Gemma put her bag down and came over for a hug, a tradition we’d only recently started partaking in. I hadn’t seen her in a couple of weeks. After the torture thing, she was coming over every day. But between work and her pretending she had a social life, her visits had dwindled to a slow trickle.
“I see you took our last talk to heart.” She offered me her stern face, the one that used to make me giggle. Now it just made me appreciate her lopsided sense of reality. Like I took anything she said to heart. We’d been related way too long for that. “Do you think you have enough small kitchen appliances?”
“We’re working on that,” Cookie said as Uncle Bob gave Gemma one of his big bear hugs.
“Yes, we are,” he concurred.
“Well, good,” Gemma said, stepping into the kitchen to see what Cookie was up to. “I just came to check on things, see how you were doing.”
“Okay, well, thanks.”
“How are you sleeping?”
“Alone, sadly.”
“No, I meant are you sleeping?”
I figured I could tell her about how I roam my apartment all night like a paranoid drug addict, checking and rechecking the locks, making sure the windows were shut and the door was soundly bolted. I could explain how I would then go to bed only to lie there conjuring images of burglars and serial killers with every creak and groan the old building had to offer. But then she’d only insist on medicating me. A prospect I refused to consider.
“Of course I’m sleeping. What else would I be doing at night?”
“Not sleeping.” She appraised me with a knowing gaze, probing, measuring my reaction. Freaking psychiatrists.
I let a carefree smile part my lips and said, “I’m sleeping just fine.”
“Good. Because you look a little sleep deprived.”
“Is that your years of training talking?”
“No, that’s the dark circles under your eyes talking.”
“I’m not sleep deprived.”
“Wonderful. I’m glad.”
She wasn’t glad. I could feel suspicion on her every suspicious breath.

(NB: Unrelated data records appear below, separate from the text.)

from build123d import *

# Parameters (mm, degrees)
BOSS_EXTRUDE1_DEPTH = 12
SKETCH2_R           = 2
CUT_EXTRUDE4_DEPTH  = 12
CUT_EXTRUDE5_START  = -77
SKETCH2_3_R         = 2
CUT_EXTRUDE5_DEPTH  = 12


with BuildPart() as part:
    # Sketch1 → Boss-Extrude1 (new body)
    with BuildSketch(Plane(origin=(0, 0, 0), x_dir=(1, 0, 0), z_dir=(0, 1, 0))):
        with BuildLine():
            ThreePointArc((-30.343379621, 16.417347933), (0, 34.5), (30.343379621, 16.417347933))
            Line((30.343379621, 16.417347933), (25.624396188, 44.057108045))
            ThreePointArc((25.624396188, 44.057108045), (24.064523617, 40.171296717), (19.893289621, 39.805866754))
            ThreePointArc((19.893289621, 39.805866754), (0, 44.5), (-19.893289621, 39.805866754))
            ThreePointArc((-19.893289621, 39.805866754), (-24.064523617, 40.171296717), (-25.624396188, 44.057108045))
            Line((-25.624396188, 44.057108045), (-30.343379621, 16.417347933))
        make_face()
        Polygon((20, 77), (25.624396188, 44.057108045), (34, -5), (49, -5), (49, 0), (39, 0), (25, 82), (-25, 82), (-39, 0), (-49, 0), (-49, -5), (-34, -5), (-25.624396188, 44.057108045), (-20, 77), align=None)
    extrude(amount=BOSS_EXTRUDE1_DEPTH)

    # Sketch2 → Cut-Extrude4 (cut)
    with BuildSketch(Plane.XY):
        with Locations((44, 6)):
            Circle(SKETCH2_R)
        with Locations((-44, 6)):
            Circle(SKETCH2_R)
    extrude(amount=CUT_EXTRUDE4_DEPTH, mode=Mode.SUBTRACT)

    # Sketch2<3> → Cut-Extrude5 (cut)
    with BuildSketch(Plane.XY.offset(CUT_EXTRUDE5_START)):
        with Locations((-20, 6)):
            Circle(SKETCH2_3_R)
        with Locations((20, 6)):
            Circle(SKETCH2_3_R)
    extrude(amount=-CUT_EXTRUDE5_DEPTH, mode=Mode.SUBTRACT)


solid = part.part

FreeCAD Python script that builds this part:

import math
import FreeCAD as App
import Part
import Sketcher

V = App.Vector

doc = App.newDocument("Part")
body = doc.addObject("PartDesign::Body", "Body")

# Sketch on XZ plane
sketch1 = body.newObject("Sketcher::SketchObject", "Sketch")
sketch1.AttachmentSupport = (doc.getObject("XZ_Plane"), [""])
sketch1.MapMode = "FlatFace"
sketch1.addGeometry([
    Part.ArcOfCircle(Part.Circle(V(0, 0, 0), V(0, 0, 1), 34.5), math.radians(-151.584305), math.radians(-28.415695)),  # 0
    Part.LineSegment(V(30.34338, -16.417348, 0), V(34, 5, 0)),  # 1
    Part.LineSegment(V(34, 5, 0), V(49, 5, 0)),  # 2
    Part.LineSegment(V(49, 5, 0), V(49, 0, 0)),  # 3
    Part.LineSegment(V(49, 0, 0), V(39, 0, 0)),  # 4
    Part.LineSegment(V(39, 0, 0), V(25, -82, 0)),  # 5
    Part.LineSegment(V(25, -82, 0), V(-25, -82, 0)),  # 6
    Part.LineSegment(V(-25, -82, 0), V(-39, 0, 0)),  # 7
    Part.LineSegment(V(-39, 0, 0), V(-49, 0, 0)),  # 8
    Part.LineSegment(V(-49, 0, 0), V(-49, 5, 0)),  # 9
    Part.LineSegment(V(-49, 5, 0), V(-34, 5, 0)),  # 10
    Part.LineSegment(V(-34, 5, 0), V(-30.34338, -16.417348, 0)),  # 11
    Part.ArcOfCircle(Part.Circle(V(21.68145, -43.383922, 0), V(0, 0, 1), 4), math.radians(-9.688787), math.radians(116.553945)),  # 12
    Part.ArcOfCircle(Part.Circle(V(0, 0, 0), V(0, 0, 1), 44.5), math.radians(-116.553945), math.radians(-63.446055)),  # 13
    Part.ArcOfCircle(Part.Circle(V(-21.68145, -43.383922, 0), V(0, 0, 1), 4), math.radians(63.446055), math.radians(189.688787)),  # 14
    Part.LineSegment(V(-25.624396, -44.057108, 0), V(-20, -77, 0)),  # 15
    Part.LineSegment(V(-20, -77, 0), V(20, -77, 0)),  # 16
    Part.LineSegment(V(20, -77, 0), V(25.624396, -44.057108, 0)),  # 17
], False)
sketch1.addConstraint([
    Sketcher.Constraint("Coincident", 0, 2, 1, 1),
    Sketcher.Constraint("Coincident", 1, 2, 2, 1),
    Sketcher.Constraint("Coincident", 2, 2, 3, 1),
    Sketcher.Constraint("Coincident", 3, 2, 4, 1),
    Sketcher.Constraint("Coincident", 4, 2, 5, 1),
    Sketcher.Constraint("Coincident", 5, 2, 6, 1),
    Sketcher.Constraint("Coincident", 6, 2, 7, 1),
    Sketcher.Constraint("Coincident", 7, 2, 8, 1),
    Sketcher.Constraint("Coincident", 8, 2, 9, 1),
    Sketcher.Constraint("Coincident", 9, 2, 10, 1),
    Sketcher.Constraint("Coincident", 10, 2, 11, 1),
    Sketcher.Constraint("Coincident", 11, 2, 0, 1),
    Sketcher.Constraint("Tangent", 12, 2, 13, 2),
    Sketcher.Constraint("Tangent", 13, 1, 14, 1),
    Sketcher.Constraint("Tangent", 14, 2, 15, 1),
    Sketcher.Constraint("Coincident", 15, 2, 16, 1),
    Sketcher.Constraint("Coincident", 16, 2, 17, 1),
    Sketcher.Constraint("Tangent", 17, 2, 12, 1),
    Sketcher.Constraint("Horizontal", 2),
    Sketcher.Constraint("Vertical", 3),
    Sketcher.Constraint("Horizontal", 4),
    Sketcher.Constraint("Horizontal", 6),
    Sketcher.Constraint("Horizontal", 8),
    Sketcher.Constraint("Vertical", 9),
    Sketcher.Constraint("Horizontal", 10),
    Sketcher.Constraint("Horizontal", 16),
    Sketcher.Constraint("Coincident", 0, 3, -1, 1),
    Sketcher.Constraint("Coincident", 13, 3, -1, 1),
    Sketcher.Constraint("Equal", 12, 14),
    Sketcher.Constraint("Symmetric", 4, 2, 7, 2, -1, 1),
    Sketcher.Constraint("Symmetric", 3, 2, 8, 2, -2),
    Sketcher.Constraint("Symmetric", 1, 2, 10, 2, -2),
    Sketcher.Constraint("Symmetric", 14, 2, 17, 2, -2),
    Sketcher.Constraint("Parallel", 1, 5),
    Sketcher.Constraint("Parallel", 7, 11),
    Sketcher.Constraint("Parallel", 11, 15),
    Sketcher.Constraint("Parallel", 5, 17),
    Sketcher.Constraint("Radius", 12, 4.0),
    Sketcher.Constraint("Radius", 0, 34.5),
    Sketcher.Constraint("Radius", 13, 44.5),
    Sketcher.Constraint("DistanceX", 2, 1, 2, 2, 15.0),
    Sketcher.Constraint("DistanceX", 4, 2, 4, 1, 10.0),
    Sketcher.Constraint("DistanceX", 6, 2, 6, 1, 50.0),
    Sketcher.Constraint("DistanceX", 16, 1, 16, 2, 40.0),
    Sketcher.Constraint("DistanceY", 3, 2, 3, 1, 5.0),
    Sketcher.Constraint("DistanceX", -1, 1, 1, 2, 34.0),
    Sketcher.Constraint("DistanceY", 5, 2, -1, 1, 82.0),
    Sketcher.Constraint("DistanceY", 15, 2, -1, 1, 77.0),
])
pad1 = body.newObject("PartDesign::Pad", "Pad")
pad1.Profile = sketch1
pad1.Length = 12
pad1.Reversed = True

# Sketch on XY plane
sketch2 = body.newObject("Sketcher::SketchObject", "Sketch001")
sketch2.AttachmentSupport = (doc.getObject("XY_Plane"), [""])
sketch2.MapMode = "FlatFace"
sketch2.addGeometry([
    Part.Circle(V(44, 6, 0), V(0, 0, 1), 2),
    Part.Circle(V(-44, 6, 0), V(0, 0, 1), 2),
], False)
sketch2.addConstraint([
    Sketcher.Constraint("Equal", 0, 1),
    Sketcher.Constraint("Symmetric", 0, 3, 1, 3, -2),
    Sketcher.Constraint("Diameter", 0, 4.0),
    Sketcher.Constraint("DistanceX", -1, 1, 0, 3, 44.0),
    Sketcher.Constraint("DistanceY", -1, 1, 0, 3, 6.0),
])
pocket1 = body.newObject("PartDesign::Pocket", "Pocket")
pocket1.Profile = sketch2
pocket1.Length = 12
pocket1.Reversed = True

# Sketch on XY plane
sketch3 = body.newObject("Sketcher::SketchObject", "Sketch002")
sketch3.AttachmentSupport = (doc.getObject("XY_Plane"), [""])
sketch3.MapMode = "FlatFace"
sketch3.AttachmentOffset = App.Placement(V(0, 0, -77), App.Rotation())
sketch3.addGeometry([
    Part.Circle(V(-20, 6, 0), V(0, 0, 1), 2),
    Part.Circle(V(20, 6, 0), V(0, 0, 1), 2),
], False)
sketch3.addConstraint([
    Sketcher.Constraint("Equal", 0, 1),
    Sketcher.Constraint("Symmetric", 0, 3, 1, 3, -2),
    Sketcher.Constraint("Diameter", 0, 4.0),
    Sketcher.Constraint("DistanceX", 0, 3, -1, 1, 20.0),
    Sketcher.Constraint("DistanceY", -1, 1, 0, 3, 6.0),
])
pocket2 = body.newObject("PartDesign::Pocket", "Pocket001")
pocket2.Profile = sketch3
pocket2.Length = 12

doc.recompute()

So, Cookie was here to check out my new appliances that I would never use. Amber was here to use my computer, of which they had two in their apartment across the hall. Uncle Bob came all this way just to give me a file. And Gemma came over to check on me. I hadn’t had this much company since I had my apartment-warming party and invited the UNM Lobo football team. Only about twelve of those guys would actually fit inside, so the party spilled out into the hall. Mrs. Allen, the elderly woman in apartment 2C, has never stopped thanking me. And every time she did, her voice got this husky tone to it and she would wriggle her brows. I always wondered just what happened that night to make her so appreciative. Maybe she got a little on the side. Or copped a few feels. Good for her either way.
But with this many people in my apartment, and with all of us surrounded by a jungle of boxes, I was beginning to feel claustrophobic. And wary. Especially when Cookie kept throwing secretive glances at Ubie. I should have known she was too dismissive of him when she came in. She usually grinned like a schoolgirl at a boy band concert. They were totally up to something.
I faced my well-meaning but garishly obnoxious group of friends and/or family members, trying to decide, if this were a video game and they’d all been turned into zombies, which one I’d take out first. “Okay, what’s going on?”
“What?” Gemma asked, her expression the picture of innocence.
Her.
Uncle Bob rubbed his five o’clock shadow. Amber peeked over a stack of boxes, her huge blue eyes watching warily from afar. Or, well, a few feet away. Cookie was looking at me from behind a set of instructions for the electric pressure cooker, fooling absolutely no one. Unless she could read instructions in French. And upside down. And Gemma propped onto a barstool to examine her nails.
“We’ve been worried about you,” Uncle Bob said, shrugging one shoulder.
Gemma nodded. “Right, so we thought we’d come over and make sure everything was okay.”
“All of you?” I asked.
She nodded again, a little too enthusiastically.
My brows slid together, and I regarded Uncle Bob, my expression a mask of bitter disappointment, knowing he’d cave before anyone else, the old softy.
He held up a hand. “Now, Charley, you have to admit, your behavior has been a little erratic lately.”
I crossed my arms. “When is my behavior not erratic?”
“She has a point,” he said to Gemma.
“No,” she replied, mimicking me by crossing her arms as well, “she doesn’t.”
I sighed in utter annoyance and strode around the breakfast bar to get to Mr. Coffee.
“Did the stain come out?”
“What stain?” I asked, pouring a cup of Heaven on Earth.
She pointed to a section of my living room I referred to as Area 51, where a huge pile of boxes cleverly disguised as a mountain sat. It served a purpose: to conceal that area of the room. That particular section. That black hole of turmoil and disorder. I’d shoved box after box over it as they came in so I didn’t have to look at it, so I didn’t accidently get sucked in by the gravitational force of millions of solar masses. I knew how crazy it sounded, but burying the place where I was once cut to pieces, shoving it under a mountain of shiny new products, seemed like a good idea at the time.